Classical constitutive modeling is the diverse combination of springs and dashpots [12–16], for example, the Maxwell (M) and Kelvin (K) models, Burger model, generalized Maxwell model (GMM), and other models [17, 18]. The literature [17] studied shear-type buildings with Maxwell model-based brace-damper systems. The generalized Maxwell model (GMM) was experimentally verified by simulating the behavior of a fluid damper [18]. Although these models are simple and can be easily applied in practical engineering, studies [19–21] have shown that the parameters obtained under low-frequency vibration could be inaccurate when vibration frequency increased to a higher extent. A two-parameter cooling law was proposed to offer a dependable estimate of the internal temperature of fluid dampers [20]. Under this kind of situation, more complex model parameters should be included or otherwise the original model would lose its accuracy [6, 22]. However, this can make the classical model too cumbersome for general application. To solve the problem, fractional models, such as the fractional Kelvin model and fractional Maxwell model, were proposed and received increasingly considerable attention [23–25]. The literature [23] presented an approximate analytical solution to calculate the force of viscous dampers subjected to low-frequency motions.
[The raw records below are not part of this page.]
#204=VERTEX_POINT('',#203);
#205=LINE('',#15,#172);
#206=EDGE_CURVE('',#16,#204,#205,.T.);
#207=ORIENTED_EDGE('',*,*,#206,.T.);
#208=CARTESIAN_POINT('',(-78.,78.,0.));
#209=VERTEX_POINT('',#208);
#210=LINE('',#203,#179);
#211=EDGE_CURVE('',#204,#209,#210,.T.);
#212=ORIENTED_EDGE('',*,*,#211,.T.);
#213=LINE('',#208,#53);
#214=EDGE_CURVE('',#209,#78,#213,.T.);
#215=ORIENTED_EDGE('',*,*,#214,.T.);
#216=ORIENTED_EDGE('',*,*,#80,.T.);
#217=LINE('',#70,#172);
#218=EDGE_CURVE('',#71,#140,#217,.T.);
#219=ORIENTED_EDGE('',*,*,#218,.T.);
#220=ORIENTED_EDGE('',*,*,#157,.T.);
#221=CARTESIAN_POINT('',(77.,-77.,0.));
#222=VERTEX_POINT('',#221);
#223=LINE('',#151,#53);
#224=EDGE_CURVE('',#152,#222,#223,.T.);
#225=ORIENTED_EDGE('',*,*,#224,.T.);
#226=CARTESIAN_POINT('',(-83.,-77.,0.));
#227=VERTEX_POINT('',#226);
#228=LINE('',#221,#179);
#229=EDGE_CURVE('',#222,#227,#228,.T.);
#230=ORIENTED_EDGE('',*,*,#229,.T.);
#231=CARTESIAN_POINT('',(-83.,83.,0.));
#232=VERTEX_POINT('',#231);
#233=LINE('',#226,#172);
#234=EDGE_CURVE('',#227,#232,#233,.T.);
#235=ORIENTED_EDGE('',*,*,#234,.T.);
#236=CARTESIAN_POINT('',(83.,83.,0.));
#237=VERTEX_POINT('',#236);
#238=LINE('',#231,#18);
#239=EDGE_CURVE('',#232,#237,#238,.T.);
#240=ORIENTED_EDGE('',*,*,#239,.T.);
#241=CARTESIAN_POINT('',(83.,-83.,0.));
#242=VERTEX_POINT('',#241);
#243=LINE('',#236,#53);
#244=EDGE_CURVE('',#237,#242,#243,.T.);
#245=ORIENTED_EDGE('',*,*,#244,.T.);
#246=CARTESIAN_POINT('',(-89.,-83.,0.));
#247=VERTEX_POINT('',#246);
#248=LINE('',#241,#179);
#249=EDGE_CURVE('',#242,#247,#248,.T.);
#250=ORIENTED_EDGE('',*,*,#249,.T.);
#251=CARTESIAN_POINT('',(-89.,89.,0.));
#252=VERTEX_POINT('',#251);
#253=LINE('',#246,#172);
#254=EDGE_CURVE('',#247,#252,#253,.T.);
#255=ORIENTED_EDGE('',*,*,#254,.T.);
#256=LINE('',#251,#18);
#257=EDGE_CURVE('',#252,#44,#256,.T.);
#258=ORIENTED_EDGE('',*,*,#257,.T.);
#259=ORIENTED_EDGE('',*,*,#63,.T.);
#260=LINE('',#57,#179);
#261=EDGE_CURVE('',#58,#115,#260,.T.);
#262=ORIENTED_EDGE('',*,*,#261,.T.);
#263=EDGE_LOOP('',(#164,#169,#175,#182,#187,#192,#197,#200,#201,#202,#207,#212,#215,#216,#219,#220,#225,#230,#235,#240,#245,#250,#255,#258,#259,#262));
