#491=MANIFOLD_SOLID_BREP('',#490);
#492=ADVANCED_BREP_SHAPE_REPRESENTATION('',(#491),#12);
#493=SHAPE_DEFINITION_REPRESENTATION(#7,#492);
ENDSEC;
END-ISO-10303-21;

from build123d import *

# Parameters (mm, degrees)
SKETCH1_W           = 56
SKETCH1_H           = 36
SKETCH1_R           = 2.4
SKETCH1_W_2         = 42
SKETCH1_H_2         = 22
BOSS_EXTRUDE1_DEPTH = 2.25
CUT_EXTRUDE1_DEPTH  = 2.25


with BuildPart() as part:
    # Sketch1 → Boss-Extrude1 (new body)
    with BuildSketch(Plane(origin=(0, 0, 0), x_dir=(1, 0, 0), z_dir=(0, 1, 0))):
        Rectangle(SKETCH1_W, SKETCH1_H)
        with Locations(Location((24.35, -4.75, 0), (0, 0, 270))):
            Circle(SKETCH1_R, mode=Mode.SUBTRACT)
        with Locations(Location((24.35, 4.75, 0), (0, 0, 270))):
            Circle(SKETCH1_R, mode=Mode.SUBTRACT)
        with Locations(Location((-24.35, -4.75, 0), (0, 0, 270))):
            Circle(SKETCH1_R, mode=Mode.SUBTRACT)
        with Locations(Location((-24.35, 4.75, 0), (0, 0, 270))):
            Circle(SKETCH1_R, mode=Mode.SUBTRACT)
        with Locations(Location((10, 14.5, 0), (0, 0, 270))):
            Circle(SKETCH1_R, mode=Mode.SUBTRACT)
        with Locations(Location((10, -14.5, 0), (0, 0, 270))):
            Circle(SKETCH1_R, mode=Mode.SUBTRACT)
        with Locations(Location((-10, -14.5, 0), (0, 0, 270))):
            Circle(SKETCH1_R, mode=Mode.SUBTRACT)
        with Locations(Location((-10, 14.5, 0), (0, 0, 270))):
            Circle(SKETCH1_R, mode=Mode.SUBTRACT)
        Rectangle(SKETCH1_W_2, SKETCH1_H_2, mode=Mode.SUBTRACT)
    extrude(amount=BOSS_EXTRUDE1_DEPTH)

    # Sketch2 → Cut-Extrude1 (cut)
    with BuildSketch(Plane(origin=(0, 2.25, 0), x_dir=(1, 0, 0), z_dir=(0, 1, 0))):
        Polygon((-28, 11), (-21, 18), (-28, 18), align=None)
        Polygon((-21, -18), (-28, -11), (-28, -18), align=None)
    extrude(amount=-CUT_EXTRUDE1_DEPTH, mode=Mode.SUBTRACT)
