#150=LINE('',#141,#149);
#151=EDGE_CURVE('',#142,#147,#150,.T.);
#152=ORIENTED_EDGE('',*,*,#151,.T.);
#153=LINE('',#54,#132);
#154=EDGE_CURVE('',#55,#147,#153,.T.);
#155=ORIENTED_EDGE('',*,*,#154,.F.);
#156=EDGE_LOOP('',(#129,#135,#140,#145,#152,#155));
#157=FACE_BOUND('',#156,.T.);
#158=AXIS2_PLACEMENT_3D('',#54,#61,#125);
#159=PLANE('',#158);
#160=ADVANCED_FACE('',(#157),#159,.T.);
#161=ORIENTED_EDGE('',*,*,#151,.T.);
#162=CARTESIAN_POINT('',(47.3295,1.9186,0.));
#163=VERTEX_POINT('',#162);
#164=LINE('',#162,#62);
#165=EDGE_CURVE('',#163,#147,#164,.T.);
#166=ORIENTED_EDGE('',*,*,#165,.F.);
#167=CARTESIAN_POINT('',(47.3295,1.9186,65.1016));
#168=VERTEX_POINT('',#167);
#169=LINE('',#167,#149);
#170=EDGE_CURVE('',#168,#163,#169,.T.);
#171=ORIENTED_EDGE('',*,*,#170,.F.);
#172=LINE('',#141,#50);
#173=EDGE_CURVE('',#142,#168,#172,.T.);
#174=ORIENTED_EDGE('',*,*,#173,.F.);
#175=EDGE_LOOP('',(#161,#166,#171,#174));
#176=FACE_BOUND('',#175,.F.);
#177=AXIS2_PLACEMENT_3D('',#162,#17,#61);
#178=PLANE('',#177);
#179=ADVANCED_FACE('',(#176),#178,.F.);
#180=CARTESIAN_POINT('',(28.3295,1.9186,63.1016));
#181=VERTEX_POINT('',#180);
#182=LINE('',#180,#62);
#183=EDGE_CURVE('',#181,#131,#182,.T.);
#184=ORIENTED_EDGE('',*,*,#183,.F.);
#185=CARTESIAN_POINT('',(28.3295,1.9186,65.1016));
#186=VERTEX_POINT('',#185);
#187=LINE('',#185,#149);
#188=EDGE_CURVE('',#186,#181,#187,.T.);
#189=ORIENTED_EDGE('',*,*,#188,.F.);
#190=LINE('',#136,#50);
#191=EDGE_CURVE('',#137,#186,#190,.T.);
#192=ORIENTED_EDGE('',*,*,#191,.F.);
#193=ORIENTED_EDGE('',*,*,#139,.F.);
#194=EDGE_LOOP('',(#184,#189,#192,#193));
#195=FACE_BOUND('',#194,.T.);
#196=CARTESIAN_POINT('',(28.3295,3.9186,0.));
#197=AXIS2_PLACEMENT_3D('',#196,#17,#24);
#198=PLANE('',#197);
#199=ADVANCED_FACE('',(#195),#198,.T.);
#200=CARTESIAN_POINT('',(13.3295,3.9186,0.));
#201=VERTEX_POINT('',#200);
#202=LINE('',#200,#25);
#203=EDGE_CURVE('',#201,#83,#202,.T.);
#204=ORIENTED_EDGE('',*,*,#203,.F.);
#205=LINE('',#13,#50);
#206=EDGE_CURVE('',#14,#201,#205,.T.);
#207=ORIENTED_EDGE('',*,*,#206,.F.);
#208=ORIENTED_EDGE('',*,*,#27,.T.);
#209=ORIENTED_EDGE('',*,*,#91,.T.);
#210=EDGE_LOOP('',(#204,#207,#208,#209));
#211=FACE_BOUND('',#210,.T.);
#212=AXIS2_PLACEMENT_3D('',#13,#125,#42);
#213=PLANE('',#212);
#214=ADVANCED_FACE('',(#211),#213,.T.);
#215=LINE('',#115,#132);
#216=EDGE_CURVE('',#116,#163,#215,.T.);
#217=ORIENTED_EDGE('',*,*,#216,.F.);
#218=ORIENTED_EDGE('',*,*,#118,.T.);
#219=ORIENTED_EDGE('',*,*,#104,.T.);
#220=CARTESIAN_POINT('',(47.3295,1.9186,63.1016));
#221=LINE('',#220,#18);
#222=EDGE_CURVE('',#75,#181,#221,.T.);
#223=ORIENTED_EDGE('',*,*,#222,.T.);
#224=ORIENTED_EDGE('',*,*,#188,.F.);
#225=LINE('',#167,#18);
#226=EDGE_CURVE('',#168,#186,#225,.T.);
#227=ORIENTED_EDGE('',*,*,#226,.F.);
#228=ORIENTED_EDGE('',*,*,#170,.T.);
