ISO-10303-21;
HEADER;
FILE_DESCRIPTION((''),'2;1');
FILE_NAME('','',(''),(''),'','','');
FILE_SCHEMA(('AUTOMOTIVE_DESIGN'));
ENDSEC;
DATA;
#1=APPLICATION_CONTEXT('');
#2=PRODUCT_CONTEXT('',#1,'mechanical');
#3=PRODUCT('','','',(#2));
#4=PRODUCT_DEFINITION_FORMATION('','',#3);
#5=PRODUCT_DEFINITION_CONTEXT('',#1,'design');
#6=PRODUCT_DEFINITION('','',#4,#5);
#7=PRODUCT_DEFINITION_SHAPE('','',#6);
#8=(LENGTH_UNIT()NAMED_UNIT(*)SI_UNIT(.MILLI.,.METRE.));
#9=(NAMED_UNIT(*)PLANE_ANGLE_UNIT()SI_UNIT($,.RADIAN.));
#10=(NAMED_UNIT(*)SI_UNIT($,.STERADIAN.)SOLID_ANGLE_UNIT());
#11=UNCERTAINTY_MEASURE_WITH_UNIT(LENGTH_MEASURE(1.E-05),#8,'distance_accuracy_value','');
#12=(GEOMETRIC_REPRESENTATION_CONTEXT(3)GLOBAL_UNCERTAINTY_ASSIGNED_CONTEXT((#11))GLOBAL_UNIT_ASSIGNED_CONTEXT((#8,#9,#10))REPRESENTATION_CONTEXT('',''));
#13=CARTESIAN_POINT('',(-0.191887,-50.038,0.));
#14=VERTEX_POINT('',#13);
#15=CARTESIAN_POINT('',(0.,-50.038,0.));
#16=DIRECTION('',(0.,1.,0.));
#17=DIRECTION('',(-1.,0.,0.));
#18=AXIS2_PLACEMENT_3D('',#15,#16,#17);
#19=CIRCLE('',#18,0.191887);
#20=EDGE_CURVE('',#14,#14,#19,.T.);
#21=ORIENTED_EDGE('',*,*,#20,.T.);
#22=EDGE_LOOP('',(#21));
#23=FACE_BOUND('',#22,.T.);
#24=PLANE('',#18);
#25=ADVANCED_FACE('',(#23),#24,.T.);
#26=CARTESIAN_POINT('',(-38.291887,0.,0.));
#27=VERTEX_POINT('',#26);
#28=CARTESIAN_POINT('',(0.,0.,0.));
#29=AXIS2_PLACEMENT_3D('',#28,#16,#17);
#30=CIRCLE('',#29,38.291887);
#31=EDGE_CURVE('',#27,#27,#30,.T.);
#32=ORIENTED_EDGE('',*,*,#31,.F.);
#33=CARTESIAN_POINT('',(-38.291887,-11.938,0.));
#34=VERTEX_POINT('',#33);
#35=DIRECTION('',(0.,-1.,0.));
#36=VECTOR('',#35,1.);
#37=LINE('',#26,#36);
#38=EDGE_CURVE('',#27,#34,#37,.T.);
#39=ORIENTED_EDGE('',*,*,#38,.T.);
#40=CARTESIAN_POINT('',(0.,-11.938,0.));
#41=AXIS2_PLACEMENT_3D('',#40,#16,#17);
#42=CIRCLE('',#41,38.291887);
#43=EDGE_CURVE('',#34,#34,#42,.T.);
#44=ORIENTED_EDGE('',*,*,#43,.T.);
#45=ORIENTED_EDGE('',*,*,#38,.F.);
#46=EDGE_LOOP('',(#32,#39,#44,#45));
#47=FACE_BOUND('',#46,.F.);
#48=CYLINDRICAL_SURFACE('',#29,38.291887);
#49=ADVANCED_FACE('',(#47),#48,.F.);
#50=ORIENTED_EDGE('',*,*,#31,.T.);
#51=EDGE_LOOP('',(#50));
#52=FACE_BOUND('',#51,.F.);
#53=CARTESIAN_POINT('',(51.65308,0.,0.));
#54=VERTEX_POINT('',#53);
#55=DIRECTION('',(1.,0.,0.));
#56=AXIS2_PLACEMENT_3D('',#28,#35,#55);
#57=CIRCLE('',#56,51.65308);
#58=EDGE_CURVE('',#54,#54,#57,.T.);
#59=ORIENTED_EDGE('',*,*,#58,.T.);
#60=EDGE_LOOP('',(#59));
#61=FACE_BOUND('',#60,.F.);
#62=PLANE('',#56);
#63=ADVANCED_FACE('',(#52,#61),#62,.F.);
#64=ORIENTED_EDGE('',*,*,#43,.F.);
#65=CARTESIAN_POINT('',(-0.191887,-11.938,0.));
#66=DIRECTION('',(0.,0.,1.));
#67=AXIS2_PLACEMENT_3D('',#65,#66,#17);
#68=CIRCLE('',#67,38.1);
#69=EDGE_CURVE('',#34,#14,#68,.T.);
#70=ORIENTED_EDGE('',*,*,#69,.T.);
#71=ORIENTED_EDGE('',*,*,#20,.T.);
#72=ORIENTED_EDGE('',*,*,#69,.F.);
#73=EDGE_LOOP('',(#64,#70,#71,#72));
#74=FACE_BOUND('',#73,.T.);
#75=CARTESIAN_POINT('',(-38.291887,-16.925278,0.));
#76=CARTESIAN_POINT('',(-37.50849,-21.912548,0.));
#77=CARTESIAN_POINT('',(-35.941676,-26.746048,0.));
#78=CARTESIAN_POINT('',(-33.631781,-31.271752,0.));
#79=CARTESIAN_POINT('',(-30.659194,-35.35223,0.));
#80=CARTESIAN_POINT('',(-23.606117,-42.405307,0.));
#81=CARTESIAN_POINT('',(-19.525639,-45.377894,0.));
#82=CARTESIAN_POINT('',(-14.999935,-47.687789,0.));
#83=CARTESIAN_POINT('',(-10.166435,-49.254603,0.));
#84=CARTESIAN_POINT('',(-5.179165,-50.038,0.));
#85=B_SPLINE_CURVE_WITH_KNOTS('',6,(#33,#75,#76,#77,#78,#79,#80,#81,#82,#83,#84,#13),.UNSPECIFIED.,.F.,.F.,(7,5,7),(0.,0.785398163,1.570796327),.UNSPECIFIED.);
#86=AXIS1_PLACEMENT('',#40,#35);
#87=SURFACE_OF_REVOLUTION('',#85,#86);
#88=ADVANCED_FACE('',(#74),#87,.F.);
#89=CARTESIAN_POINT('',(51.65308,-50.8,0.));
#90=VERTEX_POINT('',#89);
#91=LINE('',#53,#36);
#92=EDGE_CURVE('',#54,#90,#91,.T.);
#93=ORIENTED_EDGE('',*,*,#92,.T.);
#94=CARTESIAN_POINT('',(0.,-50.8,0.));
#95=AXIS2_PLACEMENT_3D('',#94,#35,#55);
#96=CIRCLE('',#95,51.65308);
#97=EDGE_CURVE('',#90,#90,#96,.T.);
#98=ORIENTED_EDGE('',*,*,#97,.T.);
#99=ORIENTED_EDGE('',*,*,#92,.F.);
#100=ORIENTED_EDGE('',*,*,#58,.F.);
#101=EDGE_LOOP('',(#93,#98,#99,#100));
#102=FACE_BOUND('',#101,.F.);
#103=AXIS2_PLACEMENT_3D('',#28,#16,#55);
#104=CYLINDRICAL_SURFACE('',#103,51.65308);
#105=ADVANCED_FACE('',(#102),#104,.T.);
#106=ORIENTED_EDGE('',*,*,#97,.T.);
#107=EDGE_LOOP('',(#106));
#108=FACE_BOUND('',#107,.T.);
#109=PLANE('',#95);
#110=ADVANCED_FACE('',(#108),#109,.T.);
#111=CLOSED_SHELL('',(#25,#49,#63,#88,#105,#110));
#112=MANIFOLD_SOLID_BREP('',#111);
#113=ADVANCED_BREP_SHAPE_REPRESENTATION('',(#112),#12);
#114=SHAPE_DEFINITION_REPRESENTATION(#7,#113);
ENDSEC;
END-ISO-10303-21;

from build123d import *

# Parameters (mm, degrees)
F0_R     = 51.65308
F1_DEPTH = 50.8
F2_R     = 38.291887
F3_DEPTH = 50.038
F4_R     = 38.1


with BuildPart() as f1:
    # F0 (on Front) → F1 (new body)
    with BuildSketch(Plane.XZ):
        Circle(F0_R)
    extrude(amount=F1_DEPTH)

    # F2 (on face) → F3 (cut)
    with BuildSketch(Plane(origin=(0, 0, 0), x_dir=(-1, 0, 0), z_dir=(0, 1, 0))):
        Circle(F2_R)
    extrude(amount=-F3_DEPTH, mode=Mode.SUBTRACT)

    # F4
    f4_edges = [f1.edges().sort_by_distance(p)[0] for p in [
        (38.291887, -50.038, 0),
    ]]
    fillet(f4_edges, radius=F4_R)


solid = f1.part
A family of parameters identification methods were proposed for the Maxwell and Kelvin fractional models [24]. The fractional-derivative models can accurately capture the viscoelastic damping properties of the dampers by using even fewer model parameters.
The dynamic characteristics of a viscoelastic damper largely depend on the geometry of the device once the material is determined [26]. The classical and fractional-derivative models [6, 27, 28] mentioned above were mainly verified based on the “3+2” (composed of two viscoelastic layers bonded with three parallel steel plates) viscoelastic dampers. The literature [6] discussed two specific examples by constitutive modeling of viscoelastic solid damper and viscoelastic liquids damper. Considering the larger vibration amplitude, the literature [29] proposed a “5+4” (composed of four viscoelastic layers bonded with five parallel steel plates) super large viscoelastic damping wall (VDW) under large deformation (at 225%, 300%, and 450% strain). Compared with the traditional viscoelastic damping device, “5+4” VDW has a substantial number of advantages. For example, “5+4” VDW can supply large space for doors or windows in a building. The placement of “5+4” VDW can be also equal to the interstory displacement so as to improve the efficiency of energy dissipation with a great deal of application potential.
However, the constitutive model of “5+4” VDW is not yet sufficiently validated by test results. Due to the large deformation and four viscoelastic material layers, highly nonlinear viscoelastic behavior may exist in such damper. The objective of this paper is to propose a reasonable mathematical model for “5+4” VDW. As will be shown, the proposed model, called FDMK, will be derived by parallel combination of the Maxwell and Kelvin components. It will be validated by characterizing various damping properties (storage modulus, loss modulus, storage stiffness, loss stiffness, equivalent damping coefficient, and loss factor) of the “5+4” VDW.
The paper is organized as follows. In Section 2, constitutive model of “5+4” VDW is derived. In Section 3, parameters of the derived model are identified with nonlinear least square method by using MATLAB (version 7.0). Then, the model behavior is investigated in the frequency domain and verified by fitting the experimental data.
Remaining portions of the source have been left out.